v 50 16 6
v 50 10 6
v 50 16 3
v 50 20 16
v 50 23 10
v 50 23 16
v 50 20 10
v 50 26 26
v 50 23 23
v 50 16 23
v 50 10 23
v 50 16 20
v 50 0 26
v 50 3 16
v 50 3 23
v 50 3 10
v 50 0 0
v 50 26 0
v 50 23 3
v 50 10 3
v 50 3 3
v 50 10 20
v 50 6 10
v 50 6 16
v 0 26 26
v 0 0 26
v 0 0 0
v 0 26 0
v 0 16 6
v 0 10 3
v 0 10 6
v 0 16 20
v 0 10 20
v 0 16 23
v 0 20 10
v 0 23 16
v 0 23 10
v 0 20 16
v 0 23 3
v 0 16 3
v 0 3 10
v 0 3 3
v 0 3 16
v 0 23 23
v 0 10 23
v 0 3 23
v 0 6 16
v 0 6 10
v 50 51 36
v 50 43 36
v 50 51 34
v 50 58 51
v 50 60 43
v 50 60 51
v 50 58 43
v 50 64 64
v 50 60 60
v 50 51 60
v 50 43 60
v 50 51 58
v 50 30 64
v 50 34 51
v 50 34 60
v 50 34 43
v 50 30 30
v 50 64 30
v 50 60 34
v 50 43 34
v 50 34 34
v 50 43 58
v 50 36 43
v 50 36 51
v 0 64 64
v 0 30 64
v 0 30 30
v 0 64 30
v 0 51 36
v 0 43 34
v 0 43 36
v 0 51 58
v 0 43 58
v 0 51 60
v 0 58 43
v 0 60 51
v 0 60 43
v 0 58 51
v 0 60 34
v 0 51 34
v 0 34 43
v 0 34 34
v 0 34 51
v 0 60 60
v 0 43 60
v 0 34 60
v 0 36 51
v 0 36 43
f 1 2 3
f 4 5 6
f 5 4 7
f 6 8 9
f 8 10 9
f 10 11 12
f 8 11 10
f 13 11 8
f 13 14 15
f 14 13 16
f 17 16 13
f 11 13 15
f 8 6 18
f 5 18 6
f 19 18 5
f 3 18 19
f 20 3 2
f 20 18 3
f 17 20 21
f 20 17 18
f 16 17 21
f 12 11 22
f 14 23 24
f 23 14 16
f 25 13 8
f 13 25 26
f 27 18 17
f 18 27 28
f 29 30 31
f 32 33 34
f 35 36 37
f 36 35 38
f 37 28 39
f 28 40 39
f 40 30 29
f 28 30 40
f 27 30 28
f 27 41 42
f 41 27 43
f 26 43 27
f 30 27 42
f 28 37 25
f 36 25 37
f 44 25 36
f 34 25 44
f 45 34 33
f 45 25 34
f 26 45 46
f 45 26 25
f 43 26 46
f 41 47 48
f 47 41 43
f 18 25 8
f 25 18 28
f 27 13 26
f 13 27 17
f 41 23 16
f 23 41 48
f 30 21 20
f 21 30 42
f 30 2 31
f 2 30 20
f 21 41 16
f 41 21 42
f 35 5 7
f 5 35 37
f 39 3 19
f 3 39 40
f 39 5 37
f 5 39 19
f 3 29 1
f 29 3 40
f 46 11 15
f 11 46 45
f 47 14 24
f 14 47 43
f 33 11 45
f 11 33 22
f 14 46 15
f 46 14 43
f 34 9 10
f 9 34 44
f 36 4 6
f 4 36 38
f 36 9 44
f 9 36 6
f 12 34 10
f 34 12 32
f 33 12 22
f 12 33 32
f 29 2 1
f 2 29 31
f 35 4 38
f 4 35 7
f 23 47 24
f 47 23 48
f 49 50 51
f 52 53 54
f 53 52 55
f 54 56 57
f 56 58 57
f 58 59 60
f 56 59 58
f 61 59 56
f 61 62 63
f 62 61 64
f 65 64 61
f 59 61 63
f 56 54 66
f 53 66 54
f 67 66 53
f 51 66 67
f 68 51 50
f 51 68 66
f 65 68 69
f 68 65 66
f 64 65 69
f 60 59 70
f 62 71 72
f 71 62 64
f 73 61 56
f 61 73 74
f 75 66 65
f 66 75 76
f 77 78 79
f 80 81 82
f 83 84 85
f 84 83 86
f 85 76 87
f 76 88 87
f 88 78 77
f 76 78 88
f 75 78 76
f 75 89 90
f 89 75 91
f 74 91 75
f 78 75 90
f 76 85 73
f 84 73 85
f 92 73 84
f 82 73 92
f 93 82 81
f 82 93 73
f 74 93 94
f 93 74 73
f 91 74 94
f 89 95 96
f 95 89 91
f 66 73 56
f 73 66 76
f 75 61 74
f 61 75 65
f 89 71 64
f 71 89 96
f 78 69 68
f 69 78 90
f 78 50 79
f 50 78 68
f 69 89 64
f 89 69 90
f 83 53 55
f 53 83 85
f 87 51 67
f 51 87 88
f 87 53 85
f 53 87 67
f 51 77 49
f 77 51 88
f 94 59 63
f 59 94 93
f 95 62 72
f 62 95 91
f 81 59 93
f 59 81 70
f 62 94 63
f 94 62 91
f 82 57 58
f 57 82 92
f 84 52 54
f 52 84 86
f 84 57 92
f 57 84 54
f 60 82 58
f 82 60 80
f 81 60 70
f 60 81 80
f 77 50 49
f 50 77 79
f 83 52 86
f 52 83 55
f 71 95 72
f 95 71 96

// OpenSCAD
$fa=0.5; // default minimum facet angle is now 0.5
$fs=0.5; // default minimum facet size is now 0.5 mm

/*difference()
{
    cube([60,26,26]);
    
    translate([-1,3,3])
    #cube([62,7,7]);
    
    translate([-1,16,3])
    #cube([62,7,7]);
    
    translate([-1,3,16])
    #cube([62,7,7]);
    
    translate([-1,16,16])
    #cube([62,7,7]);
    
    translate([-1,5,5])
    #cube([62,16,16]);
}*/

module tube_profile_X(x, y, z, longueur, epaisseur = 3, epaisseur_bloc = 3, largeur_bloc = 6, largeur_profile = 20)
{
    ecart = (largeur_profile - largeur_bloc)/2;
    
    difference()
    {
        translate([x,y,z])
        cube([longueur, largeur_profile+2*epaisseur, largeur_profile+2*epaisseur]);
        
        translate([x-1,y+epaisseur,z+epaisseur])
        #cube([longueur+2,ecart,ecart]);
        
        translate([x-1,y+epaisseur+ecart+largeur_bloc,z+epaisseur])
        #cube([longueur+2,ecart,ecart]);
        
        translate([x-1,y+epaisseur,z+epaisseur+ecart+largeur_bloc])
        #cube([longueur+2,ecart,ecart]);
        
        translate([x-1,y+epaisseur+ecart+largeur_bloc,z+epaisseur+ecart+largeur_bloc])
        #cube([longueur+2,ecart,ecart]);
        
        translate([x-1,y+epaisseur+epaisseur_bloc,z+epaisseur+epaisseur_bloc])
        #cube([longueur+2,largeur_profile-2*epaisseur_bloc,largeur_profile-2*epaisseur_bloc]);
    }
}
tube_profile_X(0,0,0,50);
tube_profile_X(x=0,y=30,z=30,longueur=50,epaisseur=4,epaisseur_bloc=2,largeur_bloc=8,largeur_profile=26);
====
- Instructions for the task
Exact copies of all the records are to be printed.

- Task answer
v 50 16 6
v 50 10 6
v 50 16 3
v 50 20 16
v 50 23 10
v 50 23 16
v 50 20 10
v 50 26 26
v 50 23 23
v 50 16 23
v 50 10 23
v 50 16 20
v 50 0 26
v 50 3 16
v 50 3 23
v 50 3 10
v 50 0 0
v 50 26 0
v 50 23 3
v 50 10 3
v 50 3 3
v 50 10 20
v 50 6 10
v 50 6 16
v 0 26 26
v 0 0 26
v 0 0 0
v 0 26 0
v 0 16 6
v 0 10 3
v 0 10 6
v 0 16 20
v 0 10 20
v 0 16 23
v 0 20 10
v 0 23 16
v 0 23 10
v 0 20 16
v 0 23 3
v 0 16 3
v 0 3 10
v 0 3 3
v 0 3 16
v 0 23 23
v 0 10 23
v 0 3 23
v 0 6 16
v 0 6 10
v 50 51 36
v 50 43 36
v 50 51 34
v 50 58 51
v 50 60 43
v 50 60 51
v 50 58 43
v 50 64 64
v 50 60 60
v 50 51 60
v 50 43 60
v 50 51 58
v 50 30 64
v 50 34 51
v 50 34 60
v 50 34 43
v 50 30 30
v 50 64 30
v 50 60 34
v 50 43 34
v 50 34 34
v 50 43 58
v 50 36 43
v 50 36 51
v 0 64 64
v 0 30 64
v 0 30 30
v 0 64 30
v 0 51 36
v 0 43 34
v 0 43 36
v 0 51 58
v 0 43 58
v 0 51 60
v 0 58 43
v 0 60 51
v 0 60 43
v 0 58 51
v 0 60 34
v 0 51 34
v 0 34 43
v 0 34 34
v 0 34 51
v 0 60 60
v 0 43 60
v 0 34 60
v 0 36 51
v 0 36 43
f 1 2 3
f 4 5 6
f 5 4 7
f 6 8 9
f 8 10 9
f 10 11 12
f 8 11 10
f 13 11 8
f 13 14 15
f 14 13 16
f 17 16 13
f 11 13 15
f 8 6 18
f 5 18 6
f 19 18 5
f 3 18 19
f 20 3 2
f 20 18 3
f 17 20 21
f 20 17 18
f 16 17 21
f 12 11 22
f 14 23 24
f 23 14 16
f 25 13 8
f 13 25 26
f 27 18 17
f 18 27 28
f 29 30 31
f 32 33 34
f 35 36 37
f 36 35 38
f 37 28 39
f 28 40 39
f 40 30 29
f 28 30 40
f 27 30 28
f 27 41 42
f 41 27 43
f 26 43 27
f 30 27 42
f 28 37 25
f 36 25 37
f 44 25 36
f 34 25 44
f 45 34 33
f 45 25 34
f 26 45 46
f 45 26 25
f 43 26 46
f 41 47 48
f 47 41 43
f 18 25 8
f 25 18 28
f 27 13 26
f 13 27 17
f 41 23 16
f 23 41 48
f 30 21 20
f 21 30 42
f 30 2 31
f 2 30 20
f 21 41 16
f 41 21 42
f 35 5 7
f 5 35 37
f 39 3 19
f 3 39 40
f 39 5 37
f 5 39 19
f 3 29 1
f 29 3 40
f 46 11 15
f 11 46 45
f 47 14 24
f 14 47 43
f 33 11 45
f 11 33 22
f 14 46 15
f 46 14 43
f 34 9 10
f 9 34 44
f 36 4 6
f 4 36 38
f 36 9 44
f 9 36 6
f 12 34 10
f 34 12 32
f 33 12 22
f 12 33 32
f 29 2 1
f 2 29 31
f 35 4 38
f 4 35 7
f 23 47 24
f 47 23 48
f 49 50 51
f 52 53 54
f 53 52 55
f 54 56 57
f 56 58 57
f 58 59 60
f 56 59 58
f 61 59 56
f 61 62 63
f 62 61 64
f 65 64 61
f 59 61 63
f 56 54 66
f 53 66 54
f 67 66 53
f 51 66 67
f 68 51 50
f 51 68 66
f 65 68 69
f 68 65 66
f 64 65 69
f 60 59 70
f 62 71 72
f 71 62 64
f 73 61 56
f 61 73 74
f 75 66 65
f 66 75 76
f 77 78 79
f 80 81 82
f 83 84 85
f 84 83 86
f 85 76 87
f 76 88 87
f 88 78 77
f 76 78 88
f 75 78 76
f 75 89 90
f 89 75 91
f 74 91 75
f 78 75 90
f 76 85 73
f 84 73 85
f 92 73 84
f 82 73 92
f 93 82 81
f 82 93 73
f 74 93 94
f 93 74 73
f 91 74 94
f 89 95 96
f 95 89 91
f 66 73 56
f 73 66 76
f 75 61 74
f 61 75 65
f 89 71 64
f 71 89 96
f 78 69 68
f 69 78 90
f 78 50 79
f 50 78 68
f 69 89 64
f 89 69 90
f 83 53 55
f 53 83 85
f 87 51 67
f 51 87 88
f 87 53 85
f 53 87 67
f 51 77 49
f 77 51 88
f 94 59 63
f 59 94 93
f 95 62 72
f 62 95 91
f 81 59 93
f 59 81 70
f 62 94 63
f 94 62 91
f 82 57 58
f 57 82 92
f 84 52 54
f 52 84 86
f 84 57 92
f 57 84 54
f 60 82 58
f 82 60 80
f 81 60 70
f 60 81 80
f 77 50 49
f 50 77 79
f 83 52 86
f 52 83 55
f 71 95 72
f 95 71 96

// OpenSCAD
$fa=0.5; // default minimum facet angle is now 0.5
$fs=0.5; // default minimum facet size is now 0.5 mm

/*difference()
{
    cube([60,26,26]);
    
    translate([-1,3,3])
    #cube([62,7,7]);
    
    translate([-1,16,3])
    #cube([62,7,7]);
    
    translate([-1,3,16])
    #cube([62,7,7]);
    
    translate([-1,16,16])
    #cube([62,7,7]);
    
    translate([-1,5,5])
    #cube([62,16,16]);
}*/

module tube_profile_X(x, y, z, longueur, epaisseur = 3, epaisseur_bloc = 3, largeur_bloc = 6, largeur_profile = 20)
{
    ecart = (largeur_profile - largeur_bloc)/2;
    
    difference()
    {
        translate([x,y,z])
        cube([longueur, largeur_profile+2*epaisseur, largeur_profile+2*epaisseur]);
        
        translate([x-1,y+epaisseur,z+epaisseur])
        #cube([longueur+2,ecart,ecart]);
        
        translate([x-1,y+epaisseur+ecart+largeur_bloc,z+epaisseur])
        #cube([longueur+2,ecart,ecart]);
        
        translate([x-1,y+epaisseur,z+epaisseur+ecart+largeur_bloc])
        #cube([longueur+2,ecart,ecart]);
        
        translate([x-1,y+epaisseur+ecart+largeur_bloc,z+epaisseur+ecart+largeur_bloc])
        #cube([longueur+2,ecart,ecart]);
        
        translate([x-1,y+epaisseur+epaisseur_bloc,z+epaisseur+epaisseur_bloc])
        #cube([longueur+2,largeur_profile-2*epaisseur_bloc,largeur_profile-2*epaisseur_bloc]);
    }
}
tube_profile_X(0,0,0,50);
tube_profile_X(x=0,y=30,z=30,longueur=50,epaisseur=4,epaisseur_bloc=2,largeur_bloc=8,largeur_profile=26);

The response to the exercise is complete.